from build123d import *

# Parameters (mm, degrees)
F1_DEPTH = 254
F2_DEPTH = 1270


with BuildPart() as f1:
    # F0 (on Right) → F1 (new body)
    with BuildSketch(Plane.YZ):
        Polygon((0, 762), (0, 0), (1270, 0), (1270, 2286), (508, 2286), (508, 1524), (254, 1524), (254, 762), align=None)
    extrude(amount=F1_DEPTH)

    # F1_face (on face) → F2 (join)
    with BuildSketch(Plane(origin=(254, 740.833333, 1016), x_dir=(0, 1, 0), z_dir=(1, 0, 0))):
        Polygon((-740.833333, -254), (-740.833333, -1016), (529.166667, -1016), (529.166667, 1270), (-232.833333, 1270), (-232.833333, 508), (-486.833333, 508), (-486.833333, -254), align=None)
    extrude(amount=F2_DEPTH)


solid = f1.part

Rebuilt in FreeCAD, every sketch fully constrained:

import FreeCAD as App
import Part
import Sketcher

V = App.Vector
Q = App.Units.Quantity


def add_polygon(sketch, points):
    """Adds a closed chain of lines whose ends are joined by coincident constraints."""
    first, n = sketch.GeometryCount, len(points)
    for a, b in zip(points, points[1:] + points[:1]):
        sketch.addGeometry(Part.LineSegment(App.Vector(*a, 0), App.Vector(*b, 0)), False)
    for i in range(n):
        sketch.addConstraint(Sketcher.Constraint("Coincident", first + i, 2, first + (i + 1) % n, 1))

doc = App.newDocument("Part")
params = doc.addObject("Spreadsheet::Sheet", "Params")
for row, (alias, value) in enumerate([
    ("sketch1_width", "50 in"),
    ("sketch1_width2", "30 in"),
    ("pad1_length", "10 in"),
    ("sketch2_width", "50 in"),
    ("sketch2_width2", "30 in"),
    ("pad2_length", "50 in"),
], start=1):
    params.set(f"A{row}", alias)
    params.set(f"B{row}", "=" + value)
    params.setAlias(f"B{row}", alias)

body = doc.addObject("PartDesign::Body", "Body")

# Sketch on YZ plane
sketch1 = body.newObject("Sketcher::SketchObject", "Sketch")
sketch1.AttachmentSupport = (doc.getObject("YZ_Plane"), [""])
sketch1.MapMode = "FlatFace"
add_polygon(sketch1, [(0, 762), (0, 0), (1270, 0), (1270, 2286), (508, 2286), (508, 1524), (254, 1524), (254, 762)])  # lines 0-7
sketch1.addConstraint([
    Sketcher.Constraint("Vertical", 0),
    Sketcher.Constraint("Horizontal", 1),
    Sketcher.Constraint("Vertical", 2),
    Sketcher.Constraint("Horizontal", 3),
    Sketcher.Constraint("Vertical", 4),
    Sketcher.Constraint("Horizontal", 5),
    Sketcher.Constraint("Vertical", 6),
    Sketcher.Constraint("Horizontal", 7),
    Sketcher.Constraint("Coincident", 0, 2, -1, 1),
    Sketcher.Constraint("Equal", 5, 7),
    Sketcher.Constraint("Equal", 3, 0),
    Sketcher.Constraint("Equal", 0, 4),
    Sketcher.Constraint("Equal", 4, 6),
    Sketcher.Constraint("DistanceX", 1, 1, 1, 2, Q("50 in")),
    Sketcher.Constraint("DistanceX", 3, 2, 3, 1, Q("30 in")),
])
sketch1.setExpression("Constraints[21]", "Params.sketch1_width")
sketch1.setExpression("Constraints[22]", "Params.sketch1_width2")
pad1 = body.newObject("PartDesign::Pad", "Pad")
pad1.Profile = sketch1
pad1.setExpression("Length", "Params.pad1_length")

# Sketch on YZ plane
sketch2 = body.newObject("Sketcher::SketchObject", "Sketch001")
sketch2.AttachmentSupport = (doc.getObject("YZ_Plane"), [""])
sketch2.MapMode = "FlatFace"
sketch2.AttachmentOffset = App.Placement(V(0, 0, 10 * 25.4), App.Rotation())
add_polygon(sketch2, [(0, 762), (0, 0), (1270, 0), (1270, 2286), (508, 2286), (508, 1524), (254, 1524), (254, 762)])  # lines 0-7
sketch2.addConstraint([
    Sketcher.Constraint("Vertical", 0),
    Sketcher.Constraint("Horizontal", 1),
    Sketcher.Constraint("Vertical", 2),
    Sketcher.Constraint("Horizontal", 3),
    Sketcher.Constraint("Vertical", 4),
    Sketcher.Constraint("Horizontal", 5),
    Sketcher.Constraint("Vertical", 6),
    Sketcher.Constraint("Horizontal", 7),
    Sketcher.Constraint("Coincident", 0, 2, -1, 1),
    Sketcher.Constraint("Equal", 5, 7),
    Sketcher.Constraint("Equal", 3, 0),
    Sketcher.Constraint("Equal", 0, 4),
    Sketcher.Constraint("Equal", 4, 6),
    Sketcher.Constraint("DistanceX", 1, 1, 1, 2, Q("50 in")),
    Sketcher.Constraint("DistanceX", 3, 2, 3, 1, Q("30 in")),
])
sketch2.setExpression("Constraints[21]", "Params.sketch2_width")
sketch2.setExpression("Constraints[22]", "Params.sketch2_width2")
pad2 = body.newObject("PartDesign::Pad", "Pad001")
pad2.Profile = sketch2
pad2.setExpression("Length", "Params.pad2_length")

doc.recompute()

...

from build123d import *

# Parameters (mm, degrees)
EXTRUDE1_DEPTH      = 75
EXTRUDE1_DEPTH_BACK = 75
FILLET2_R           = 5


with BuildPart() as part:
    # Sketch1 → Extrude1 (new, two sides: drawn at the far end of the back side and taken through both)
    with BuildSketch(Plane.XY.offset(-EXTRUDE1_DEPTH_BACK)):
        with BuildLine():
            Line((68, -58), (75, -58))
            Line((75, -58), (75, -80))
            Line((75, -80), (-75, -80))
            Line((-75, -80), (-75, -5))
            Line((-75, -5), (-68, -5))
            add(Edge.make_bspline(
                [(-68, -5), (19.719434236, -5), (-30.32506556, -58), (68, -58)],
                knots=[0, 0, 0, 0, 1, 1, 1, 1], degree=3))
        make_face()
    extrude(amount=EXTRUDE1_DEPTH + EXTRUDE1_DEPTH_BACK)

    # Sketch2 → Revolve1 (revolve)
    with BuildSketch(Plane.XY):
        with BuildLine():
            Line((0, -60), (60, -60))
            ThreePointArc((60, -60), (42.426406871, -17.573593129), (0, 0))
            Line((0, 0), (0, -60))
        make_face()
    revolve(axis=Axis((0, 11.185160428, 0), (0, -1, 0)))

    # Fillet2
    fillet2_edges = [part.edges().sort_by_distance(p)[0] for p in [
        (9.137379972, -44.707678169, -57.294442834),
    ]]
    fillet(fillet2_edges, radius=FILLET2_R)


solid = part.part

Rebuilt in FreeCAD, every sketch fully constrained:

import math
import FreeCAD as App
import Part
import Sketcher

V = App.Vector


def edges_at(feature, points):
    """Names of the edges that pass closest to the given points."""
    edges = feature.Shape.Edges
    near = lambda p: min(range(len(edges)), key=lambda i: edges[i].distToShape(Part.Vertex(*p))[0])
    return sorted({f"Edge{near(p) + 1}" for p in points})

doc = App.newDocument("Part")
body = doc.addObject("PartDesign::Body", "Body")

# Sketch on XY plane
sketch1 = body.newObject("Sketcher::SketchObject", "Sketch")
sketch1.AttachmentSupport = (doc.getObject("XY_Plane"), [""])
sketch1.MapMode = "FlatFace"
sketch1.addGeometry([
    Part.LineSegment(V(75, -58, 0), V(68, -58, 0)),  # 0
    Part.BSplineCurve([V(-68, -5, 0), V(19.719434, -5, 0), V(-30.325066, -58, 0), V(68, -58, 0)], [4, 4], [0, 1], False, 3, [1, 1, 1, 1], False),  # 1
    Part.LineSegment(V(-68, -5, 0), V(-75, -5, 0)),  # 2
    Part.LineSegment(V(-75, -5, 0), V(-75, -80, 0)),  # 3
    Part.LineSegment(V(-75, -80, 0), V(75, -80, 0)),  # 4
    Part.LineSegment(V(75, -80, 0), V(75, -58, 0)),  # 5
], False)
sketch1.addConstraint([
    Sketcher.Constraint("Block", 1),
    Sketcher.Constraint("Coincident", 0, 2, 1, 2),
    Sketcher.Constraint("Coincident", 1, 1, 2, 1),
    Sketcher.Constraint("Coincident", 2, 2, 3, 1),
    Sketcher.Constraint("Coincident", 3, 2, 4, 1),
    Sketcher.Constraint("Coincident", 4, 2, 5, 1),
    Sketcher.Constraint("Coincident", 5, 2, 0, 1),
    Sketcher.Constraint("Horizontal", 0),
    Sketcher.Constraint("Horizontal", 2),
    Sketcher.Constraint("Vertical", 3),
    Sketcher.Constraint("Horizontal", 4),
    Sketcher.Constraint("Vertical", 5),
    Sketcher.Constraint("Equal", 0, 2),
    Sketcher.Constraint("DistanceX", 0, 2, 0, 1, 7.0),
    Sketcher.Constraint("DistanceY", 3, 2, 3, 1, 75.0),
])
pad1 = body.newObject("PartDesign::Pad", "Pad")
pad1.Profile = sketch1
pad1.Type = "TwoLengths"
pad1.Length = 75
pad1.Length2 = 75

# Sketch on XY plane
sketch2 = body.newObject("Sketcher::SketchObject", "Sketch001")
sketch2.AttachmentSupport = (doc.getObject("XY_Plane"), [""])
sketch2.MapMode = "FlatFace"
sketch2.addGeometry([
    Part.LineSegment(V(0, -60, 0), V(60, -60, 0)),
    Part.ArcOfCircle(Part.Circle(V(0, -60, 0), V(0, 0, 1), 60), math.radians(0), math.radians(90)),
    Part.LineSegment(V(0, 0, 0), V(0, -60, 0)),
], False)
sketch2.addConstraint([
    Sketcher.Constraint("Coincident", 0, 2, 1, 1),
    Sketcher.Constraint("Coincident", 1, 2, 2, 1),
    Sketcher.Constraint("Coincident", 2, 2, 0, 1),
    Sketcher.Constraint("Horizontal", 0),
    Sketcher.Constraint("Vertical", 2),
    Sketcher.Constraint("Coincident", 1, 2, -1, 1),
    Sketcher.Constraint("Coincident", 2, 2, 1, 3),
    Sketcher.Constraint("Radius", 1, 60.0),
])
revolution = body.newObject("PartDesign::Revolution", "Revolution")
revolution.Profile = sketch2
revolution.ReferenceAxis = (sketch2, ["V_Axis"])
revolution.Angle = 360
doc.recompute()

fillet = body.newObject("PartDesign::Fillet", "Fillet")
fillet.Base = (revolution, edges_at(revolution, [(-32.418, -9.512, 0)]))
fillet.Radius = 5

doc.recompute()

→ EXERCISE BRIEF: When a line in the material above includes the word "BuildSketch", copy that line.

→ SOLUTION FOR THIS PROBLEM:
    with BuildSketch(Plane.YZ):
    with BuildSketch(Plane(origin=(254, 740.833333, 1016), x_dir=(0, 1, 0), z_dir=(1, 0, 0))):
    with BuildSketch(Plane.XY.offset(-EXTRUDE1_DEPTH_BACK)):
    with BuildSketch(Plane.XY):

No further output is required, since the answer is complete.